Also preferably, there will be a first display port and a second
display port.
[0069] FIG. 1 shows a perspective view of one embodiment of an
analytical test device for performing assays in accord with the
invention. FIG. 1, therefore, depicts a housing 106 of rectangular
shape, although any appropriate shape may be employed. Housing 106
is composed of two parts. The first is top 100, in which one
opening appears, and the second is bottom 112. The opening through
housing top 100 is display port 102 through which the test result
can be viewed and compared. An opening through bottom 112 is
receiving port 118. Absorbent sample pad 108 is in container 126.
Container 126 is preferably composed of two parts, top 128 and
bottom 130.
[0070] FIG. 2 is an exploded view of the analytical test device of
FIG. 1. In this view, it can be seen that bottom 112 contains floor
143, sidewalls 145, snaps 128 and receiving port 118. Contained
within housing 106 will be membranes containing the reagents for
carrying out the assay. In one embodiment there will be absorbent
membrane 124 and reaction membrane 122. Absorbent membrane 124 and
reaction membrane 122 will be in contact with, but need not be
affixed, to each other. In addition, they will be disposed along
floor 143 in the assembled device with absorbent membrane 124
toward receiving port 118 and reaction membrane 122 beneath display
port 102. Absorbent sample pad 108 forms a separate part of the
device which can be contacted with fluid sample, and then inserted
through receiving port 118 to be in fluid flow contact with
absorbent membrane 124.
[0071] FIG. 3 shows a perspective view of another embodiment of the
analytical test device for performing assays in accord with the
invention. To that end housing 207 is composed of top 208, bottom
216, and has a first display port 210 and second display port 212
positioned on top 208, preferably in close proximity for ease of
comparison of results. In addition, housing 208 has receiving port
214. Inside container 202, will be absorbent sample pad 204.
Container 202 is preferably composed of top 200 and bottom 206.

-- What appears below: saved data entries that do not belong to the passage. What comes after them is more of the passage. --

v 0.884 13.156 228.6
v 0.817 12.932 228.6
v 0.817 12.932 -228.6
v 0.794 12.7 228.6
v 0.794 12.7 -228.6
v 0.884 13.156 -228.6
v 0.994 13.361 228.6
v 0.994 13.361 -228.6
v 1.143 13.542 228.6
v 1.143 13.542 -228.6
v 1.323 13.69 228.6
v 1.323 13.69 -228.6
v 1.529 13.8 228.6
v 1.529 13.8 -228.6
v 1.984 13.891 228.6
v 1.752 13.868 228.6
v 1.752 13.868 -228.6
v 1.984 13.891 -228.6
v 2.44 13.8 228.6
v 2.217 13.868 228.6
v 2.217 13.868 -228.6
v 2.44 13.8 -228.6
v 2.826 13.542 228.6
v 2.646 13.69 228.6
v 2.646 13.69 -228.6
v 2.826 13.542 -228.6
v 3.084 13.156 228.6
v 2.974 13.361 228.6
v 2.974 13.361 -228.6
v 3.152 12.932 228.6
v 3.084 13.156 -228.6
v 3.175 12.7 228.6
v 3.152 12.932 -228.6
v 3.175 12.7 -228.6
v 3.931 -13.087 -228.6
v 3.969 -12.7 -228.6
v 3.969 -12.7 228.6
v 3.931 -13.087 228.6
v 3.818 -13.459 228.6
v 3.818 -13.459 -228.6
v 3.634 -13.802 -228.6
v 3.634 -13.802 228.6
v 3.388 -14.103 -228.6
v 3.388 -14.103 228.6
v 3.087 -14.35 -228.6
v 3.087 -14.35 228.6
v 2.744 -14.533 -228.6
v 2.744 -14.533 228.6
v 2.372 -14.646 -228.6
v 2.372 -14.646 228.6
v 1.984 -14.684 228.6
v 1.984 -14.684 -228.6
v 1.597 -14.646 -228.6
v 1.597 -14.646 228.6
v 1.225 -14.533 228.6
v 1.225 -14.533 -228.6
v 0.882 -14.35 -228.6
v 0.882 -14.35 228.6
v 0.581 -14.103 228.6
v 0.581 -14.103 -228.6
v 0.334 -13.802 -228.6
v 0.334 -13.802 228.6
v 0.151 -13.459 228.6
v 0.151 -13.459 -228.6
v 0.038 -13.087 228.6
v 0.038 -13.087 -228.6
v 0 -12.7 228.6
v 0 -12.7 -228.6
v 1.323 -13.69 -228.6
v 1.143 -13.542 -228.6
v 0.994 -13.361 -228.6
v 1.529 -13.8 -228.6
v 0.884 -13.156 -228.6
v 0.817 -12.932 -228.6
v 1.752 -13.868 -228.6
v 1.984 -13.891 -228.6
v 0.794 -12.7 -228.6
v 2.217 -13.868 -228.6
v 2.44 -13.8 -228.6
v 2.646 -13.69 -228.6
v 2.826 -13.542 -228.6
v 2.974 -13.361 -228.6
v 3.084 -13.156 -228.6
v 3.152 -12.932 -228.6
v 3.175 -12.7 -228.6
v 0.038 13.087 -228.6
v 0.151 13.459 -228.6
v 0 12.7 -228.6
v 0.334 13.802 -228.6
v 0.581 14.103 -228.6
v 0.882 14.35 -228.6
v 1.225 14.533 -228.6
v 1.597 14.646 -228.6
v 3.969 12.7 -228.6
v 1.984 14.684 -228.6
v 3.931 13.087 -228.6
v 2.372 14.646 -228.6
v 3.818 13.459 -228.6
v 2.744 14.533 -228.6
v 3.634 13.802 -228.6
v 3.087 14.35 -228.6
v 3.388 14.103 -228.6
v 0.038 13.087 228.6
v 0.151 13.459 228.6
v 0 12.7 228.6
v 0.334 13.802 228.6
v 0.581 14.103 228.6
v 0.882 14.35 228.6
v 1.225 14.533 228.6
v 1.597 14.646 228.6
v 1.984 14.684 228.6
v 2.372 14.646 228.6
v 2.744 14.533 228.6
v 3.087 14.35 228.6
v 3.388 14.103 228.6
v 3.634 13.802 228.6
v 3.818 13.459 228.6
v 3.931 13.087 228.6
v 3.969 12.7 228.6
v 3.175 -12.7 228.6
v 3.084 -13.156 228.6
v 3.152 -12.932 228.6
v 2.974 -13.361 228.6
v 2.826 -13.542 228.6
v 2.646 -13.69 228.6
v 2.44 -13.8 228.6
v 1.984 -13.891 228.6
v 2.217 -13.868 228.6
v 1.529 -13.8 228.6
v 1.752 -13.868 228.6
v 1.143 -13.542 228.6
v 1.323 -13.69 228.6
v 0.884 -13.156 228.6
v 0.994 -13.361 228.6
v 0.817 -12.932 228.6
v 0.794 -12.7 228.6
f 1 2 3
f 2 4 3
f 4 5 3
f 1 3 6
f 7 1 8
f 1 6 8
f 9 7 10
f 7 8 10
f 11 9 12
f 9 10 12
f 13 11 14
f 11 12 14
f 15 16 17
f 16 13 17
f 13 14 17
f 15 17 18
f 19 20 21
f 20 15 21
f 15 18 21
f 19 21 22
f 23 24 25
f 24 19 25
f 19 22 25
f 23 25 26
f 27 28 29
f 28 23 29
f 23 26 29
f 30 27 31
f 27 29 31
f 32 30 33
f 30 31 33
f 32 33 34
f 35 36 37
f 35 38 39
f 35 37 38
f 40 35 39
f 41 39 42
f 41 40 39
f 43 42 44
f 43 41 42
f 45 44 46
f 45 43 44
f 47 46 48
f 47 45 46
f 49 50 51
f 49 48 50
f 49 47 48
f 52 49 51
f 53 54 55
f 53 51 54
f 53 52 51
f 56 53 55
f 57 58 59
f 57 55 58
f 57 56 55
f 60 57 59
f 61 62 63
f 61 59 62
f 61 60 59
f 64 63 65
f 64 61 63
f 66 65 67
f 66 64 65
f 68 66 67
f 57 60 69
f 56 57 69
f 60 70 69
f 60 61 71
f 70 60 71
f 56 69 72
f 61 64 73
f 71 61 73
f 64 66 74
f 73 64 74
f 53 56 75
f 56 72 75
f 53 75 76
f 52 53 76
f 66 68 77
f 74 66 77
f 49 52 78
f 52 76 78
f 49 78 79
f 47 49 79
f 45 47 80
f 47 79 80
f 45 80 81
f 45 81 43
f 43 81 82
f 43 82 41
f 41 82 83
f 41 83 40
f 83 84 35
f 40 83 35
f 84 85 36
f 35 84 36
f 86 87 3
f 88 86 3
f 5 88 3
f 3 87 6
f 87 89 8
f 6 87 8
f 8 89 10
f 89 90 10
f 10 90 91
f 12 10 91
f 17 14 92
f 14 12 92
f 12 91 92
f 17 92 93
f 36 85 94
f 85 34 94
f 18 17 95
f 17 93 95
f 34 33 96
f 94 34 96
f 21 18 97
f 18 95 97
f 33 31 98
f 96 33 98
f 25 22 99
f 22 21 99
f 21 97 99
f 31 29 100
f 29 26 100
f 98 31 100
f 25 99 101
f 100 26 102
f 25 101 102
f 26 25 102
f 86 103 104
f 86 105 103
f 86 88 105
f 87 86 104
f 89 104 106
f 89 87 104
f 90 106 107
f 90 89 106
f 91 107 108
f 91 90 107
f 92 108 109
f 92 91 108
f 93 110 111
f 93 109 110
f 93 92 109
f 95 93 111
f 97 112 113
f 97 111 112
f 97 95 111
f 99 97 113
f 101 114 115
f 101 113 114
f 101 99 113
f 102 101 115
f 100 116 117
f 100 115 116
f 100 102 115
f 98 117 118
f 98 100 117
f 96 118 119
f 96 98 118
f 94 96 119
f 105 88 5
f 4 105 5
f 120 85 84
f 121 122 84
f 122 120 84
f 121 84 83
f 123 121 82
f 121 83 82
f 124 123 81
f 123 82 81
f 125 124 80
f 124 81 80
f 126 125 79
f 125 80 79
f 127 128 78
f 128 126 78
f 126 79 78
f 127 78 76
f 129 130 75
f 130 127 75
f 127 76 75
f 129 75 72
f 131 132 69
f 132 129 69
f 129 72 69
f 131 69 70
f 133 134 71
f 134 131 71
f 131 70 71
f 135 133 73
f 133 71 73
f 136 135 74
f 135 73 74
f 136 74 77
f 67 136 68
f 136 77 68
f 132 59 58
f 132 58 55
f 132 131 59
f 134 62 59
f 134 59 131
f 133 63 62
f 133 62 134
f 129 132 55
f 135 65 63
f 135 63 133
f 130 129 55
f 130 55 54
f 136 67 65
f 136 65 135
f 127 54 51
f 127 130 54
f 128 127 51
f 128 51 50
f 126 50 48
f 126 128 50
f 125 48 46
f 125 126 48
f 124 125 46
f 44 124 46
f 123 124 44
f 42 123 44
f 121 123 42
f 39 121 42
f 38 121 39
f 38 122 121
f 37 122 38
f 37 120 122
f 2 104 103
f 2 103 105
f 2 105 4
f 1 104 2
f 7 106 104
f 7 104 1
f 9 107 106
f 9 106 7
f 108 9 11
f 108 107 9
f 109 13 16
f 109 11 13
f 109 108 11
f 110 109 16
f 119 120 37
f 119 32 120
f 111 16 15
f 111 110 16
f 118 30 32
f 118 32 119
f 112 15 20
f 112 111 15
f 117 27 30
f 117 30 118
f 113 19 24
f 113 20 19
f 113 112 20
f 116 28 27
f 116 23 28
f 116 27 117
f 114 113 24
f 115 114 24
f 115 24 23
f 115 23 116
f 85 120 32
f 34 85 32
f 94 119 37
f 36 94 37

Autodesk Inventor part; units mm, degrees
ref_plane "YZ Plane" through (0, 0, 0) normal (1, 0, 0) x (0, 1, 0)
ref_plane "XZ Plane" through (0, 0, 0) normal (0, 1, 0) x (-1, 0, 0)
ref_plane "XY Plane" through (0, 0, 0) normal (0, 0, 1) x (1, 0, 0)
sketch "Sketch1" plane through (0, 0, 0) normal (0, 0, 1) x (1, 0, 0)
  line L0 (-0.7938, 0) -> (4.7625, 0) projected
  line L1 (0, -20.5581) -> (0, 20.5581) projected
  line L2 (3.9688, 12.7) -> (3.9688, -12.7)
  arc A0 (3.9688, 12.7) -> (0, 12.7) centre (1.9844, 12.7) ccw
  arc A1 (0, -12.7) -> (3.9688, -12.7) centre (1.9844, -12.7) ccw
  arc A2 (0.7938, -12.7) -> (3.175, -12.7) centre (1.9844, -12.7) ccw
  line L3 (3.175, -12.7) -> (3.175, 12.7)
  arc A3 (3.175, 12.7) -> (0.7938, 12.7) centre (1.9844, 12.7) ccw
  line L4 (0, 12.7) -> (0.7938, 12.7)
  line L5 (0.7938, -12.7) -> (0, -12.7)
  line L6 (0, -12.7) -> (0, 12.7) construction
  point P0 (0, 0)
  point P1 (3.9688, 0)
  dimension "d0" = 0.7937
  dimension "d1" = 3.9688
  dimension "d2" = 25.4
extrude "Extrusion1" add sketch "Sketch1" along normal mid plane 457.2 contours L3 A3 L4 A0 L2 L0 | L0 L2 A1 L5 A2 L3
properties part number "slide outer" material "Steel"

[0072] FIG. 4 is an exploded view of the analytical test device
shown in FIG. 3, and shows the components, top 208, bottom 216,
lower plane 221, upper plane 240, slope 234, sidewalls 223, snaps
218, locating points 232, 242, 228 and 238, fluid gully 224,
receiving port 214, and membranes containing the reagents for
carrying out the assay, as described below. To that end, it can be
seen that contained within housing 207 is absorbent membrane 224,
reaction membrane 222 and collecting pad 220. Absorbent membrane
224 will be placed along lower plane 221 and along slope 234.

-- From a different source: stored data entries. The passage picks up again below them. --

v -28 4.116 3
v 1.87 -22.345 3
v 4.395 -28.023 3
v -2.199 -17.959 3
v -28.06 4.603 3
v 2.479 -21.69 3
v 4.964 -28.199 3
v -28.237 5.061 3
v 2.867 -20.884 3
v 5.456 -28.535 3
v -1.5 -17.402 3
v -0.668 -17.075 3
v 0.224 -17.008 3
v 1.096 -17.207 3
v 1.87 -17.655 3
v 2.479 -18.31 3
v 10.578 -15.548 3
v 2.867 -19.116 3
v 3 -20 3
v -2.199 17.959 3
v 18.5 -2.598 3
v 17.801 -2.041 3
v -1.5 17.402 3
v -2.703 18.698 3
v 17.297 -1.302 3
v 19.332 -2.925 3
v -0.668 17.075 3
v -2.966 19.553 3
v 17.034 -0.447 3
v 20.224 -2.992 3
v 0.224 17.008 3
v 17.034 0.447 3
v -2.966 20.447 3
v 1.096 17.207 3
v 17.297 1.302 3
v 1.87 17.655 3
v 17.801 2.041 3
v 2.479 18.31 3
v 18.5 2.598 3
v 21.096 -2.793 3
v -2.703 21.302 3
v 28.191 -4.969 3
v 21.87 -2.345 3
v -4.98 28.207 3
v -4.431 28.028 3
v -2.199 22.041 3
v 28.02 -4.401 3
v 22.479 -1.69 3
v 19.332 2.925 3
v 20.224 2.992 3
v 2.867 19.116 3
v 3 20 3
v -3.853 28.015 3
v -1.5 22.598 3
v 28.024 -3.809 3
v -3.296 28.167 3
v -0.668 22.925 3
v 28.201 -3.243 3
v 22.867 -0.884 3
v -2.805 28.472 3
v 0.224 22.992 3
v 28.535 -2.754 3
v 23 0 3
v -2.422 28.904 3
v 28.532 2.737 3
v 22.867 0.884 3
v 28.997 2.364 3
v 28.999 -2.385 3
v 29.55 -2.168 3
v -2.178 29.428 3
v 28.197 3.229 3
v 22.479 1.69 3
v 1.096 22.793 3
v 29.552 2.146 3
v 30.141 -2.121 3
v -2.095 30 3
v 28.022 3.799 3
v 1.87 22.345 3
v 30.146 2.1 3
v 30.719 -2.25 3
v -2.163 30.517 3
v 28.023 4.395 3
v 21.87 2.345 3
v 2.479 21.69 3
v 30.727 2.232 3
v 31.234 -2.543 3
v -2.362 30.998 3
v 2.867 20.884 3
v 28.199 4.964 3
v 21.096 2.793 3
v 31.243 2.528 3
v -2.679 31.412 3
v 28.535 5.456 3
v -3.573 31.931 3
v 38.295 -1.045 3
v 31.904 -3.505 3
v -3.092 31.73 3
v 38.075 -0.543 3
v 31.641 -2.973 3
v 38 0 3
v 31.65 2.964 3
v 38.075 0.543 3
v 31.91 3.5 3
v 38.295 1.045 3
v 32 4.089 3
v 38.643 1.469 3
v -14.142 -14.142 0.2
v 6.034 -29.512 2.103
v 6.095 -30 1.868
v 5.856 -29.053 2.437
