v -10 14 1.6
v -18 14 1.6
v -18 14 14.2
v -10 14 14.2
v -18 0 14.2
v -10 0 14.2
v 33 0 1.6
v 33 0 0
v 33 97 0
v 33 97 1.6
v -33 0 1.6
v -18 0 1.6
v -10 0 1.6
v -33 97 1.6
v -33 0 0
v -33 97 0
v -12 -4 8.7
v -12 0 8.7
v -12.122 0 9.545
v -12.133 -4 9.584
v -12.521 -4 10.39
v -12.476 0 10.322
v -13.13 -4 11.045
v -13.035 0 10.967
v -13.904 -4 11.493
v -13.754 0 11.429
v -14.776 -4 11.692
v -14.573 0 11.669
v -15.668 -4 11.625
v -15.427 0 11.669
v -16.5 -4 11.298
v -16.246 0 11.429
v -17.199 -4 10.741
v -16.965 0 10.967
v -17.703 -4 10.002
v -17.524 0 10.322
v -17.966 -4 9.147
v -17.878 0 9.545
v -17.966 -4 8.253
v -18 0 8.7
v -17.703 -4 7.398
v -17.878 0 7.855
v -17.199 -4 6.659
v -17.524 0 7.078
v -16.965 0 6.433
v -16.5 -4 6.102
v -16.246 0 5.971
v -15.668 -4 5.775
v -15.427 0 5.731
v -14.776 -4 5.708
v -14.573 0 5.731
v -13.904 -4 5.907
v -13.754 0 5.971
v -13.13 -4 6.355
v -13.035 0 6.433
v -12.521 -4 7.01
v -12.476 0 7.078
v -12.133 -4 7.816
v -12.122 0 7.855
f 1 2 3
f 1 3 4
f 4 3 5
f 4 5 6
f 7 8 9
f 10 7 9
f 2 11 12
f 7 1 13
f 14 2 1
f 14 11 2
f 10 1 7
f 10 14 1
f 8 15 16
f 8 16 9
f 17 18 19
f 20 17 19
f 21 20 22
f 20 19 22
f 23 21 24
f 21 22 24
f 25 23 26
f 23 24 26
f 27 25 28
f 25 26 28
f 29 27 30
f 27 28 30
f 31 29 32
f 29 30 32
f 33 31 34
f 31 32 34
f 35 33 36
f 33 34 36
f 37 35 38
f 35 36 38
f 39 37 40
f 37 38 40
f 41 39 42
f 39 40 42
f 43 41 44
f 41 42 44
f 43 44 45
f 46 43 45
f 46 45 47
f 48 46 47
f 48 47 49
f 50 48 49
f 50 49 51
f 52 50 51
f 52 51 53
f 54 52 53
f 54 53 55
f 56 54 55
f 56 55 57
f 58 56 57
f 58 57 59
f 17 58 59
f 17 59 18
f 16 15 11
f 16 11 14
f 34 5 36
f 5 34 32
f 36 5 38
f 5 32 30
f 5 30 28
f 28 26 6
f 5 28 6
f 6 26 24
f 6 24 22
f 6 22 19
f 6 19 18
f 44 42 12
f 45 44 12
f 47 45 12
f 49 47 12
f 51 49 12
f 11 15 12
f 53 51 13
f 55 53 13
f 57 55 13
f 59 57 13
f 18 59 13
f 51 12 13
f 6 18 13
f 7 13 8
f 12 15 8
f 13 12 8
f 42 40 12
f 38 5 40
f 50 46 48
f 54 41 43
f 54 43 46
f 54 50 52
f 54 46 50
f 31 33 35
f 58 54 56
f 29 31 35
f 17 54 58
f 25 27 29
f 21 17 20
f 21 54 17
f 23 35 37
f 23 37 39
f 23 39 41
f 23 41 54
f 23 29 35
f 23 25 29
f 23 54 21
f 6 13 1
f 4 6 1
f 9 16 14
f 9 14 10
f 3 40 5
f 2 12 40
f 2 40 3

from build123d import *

# Parameters (mm, degrees)
F0_W     = 66
F0_H     = 97
F1_DEPTH = 1.6
F2_W     = 8
F2_H     = 14
F3_DEPTH = 12.6
F5_DEPTH = 4


with BuildPart() as f1:
    # F0 (on Top) → F1 (new body)
    with BuildSketch(Plane.XY):
        with Locations((0, 48.5)):
            Rectangle(F0_W, F0_H)
    extrude(amount=F1_DEPTH)

    # F2 (on face) → F3 (join)
    with BuildSketch(Plane.XY.offset(1.6)):
        with Locations((-14, 7)):
            Rectangle(F2_W, F2_H)
    extrude(amount=F3_DEPTH)

    # F4 (on face) → F5 (join)
    with BuildSketch(Plane.XZ):
        with BuildLine():
            ThreePointArc((-18, 8.7), (-15, 5.7), (-12, 8.7))
            ThreePointArc((-12, 8.7), (-15, 11.7), (-18, 8.7))
        make_face()
    extrude(amount=F5_DEPTH)


solid = f1.part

Preferably, absorbent membrane 224 will be affixed to a nonporous
substrate 226 such as vinyl coated paper or plastic coated paper by
an adhesive or other suitable means. Substrate 226 will extend
along upper plane 240 to form a surface to which reaction membrane
222 will be affixed. Absorbent membrane 224 and reaction membrane
222 will be in contact with, but need not be affixed, to each
other. In another embodiment, absorbent membrane 224 will be split
at its point of attachment to substrate 226 to extend above and
below the substrate. This configuration serves to regulate the flow
of fluid sample from absorbent membrane 224 to reaction membrane
222. Flow control can also be enhanced by placement of a well or
fluid gully 224 below the junction between membranes 224 and 222.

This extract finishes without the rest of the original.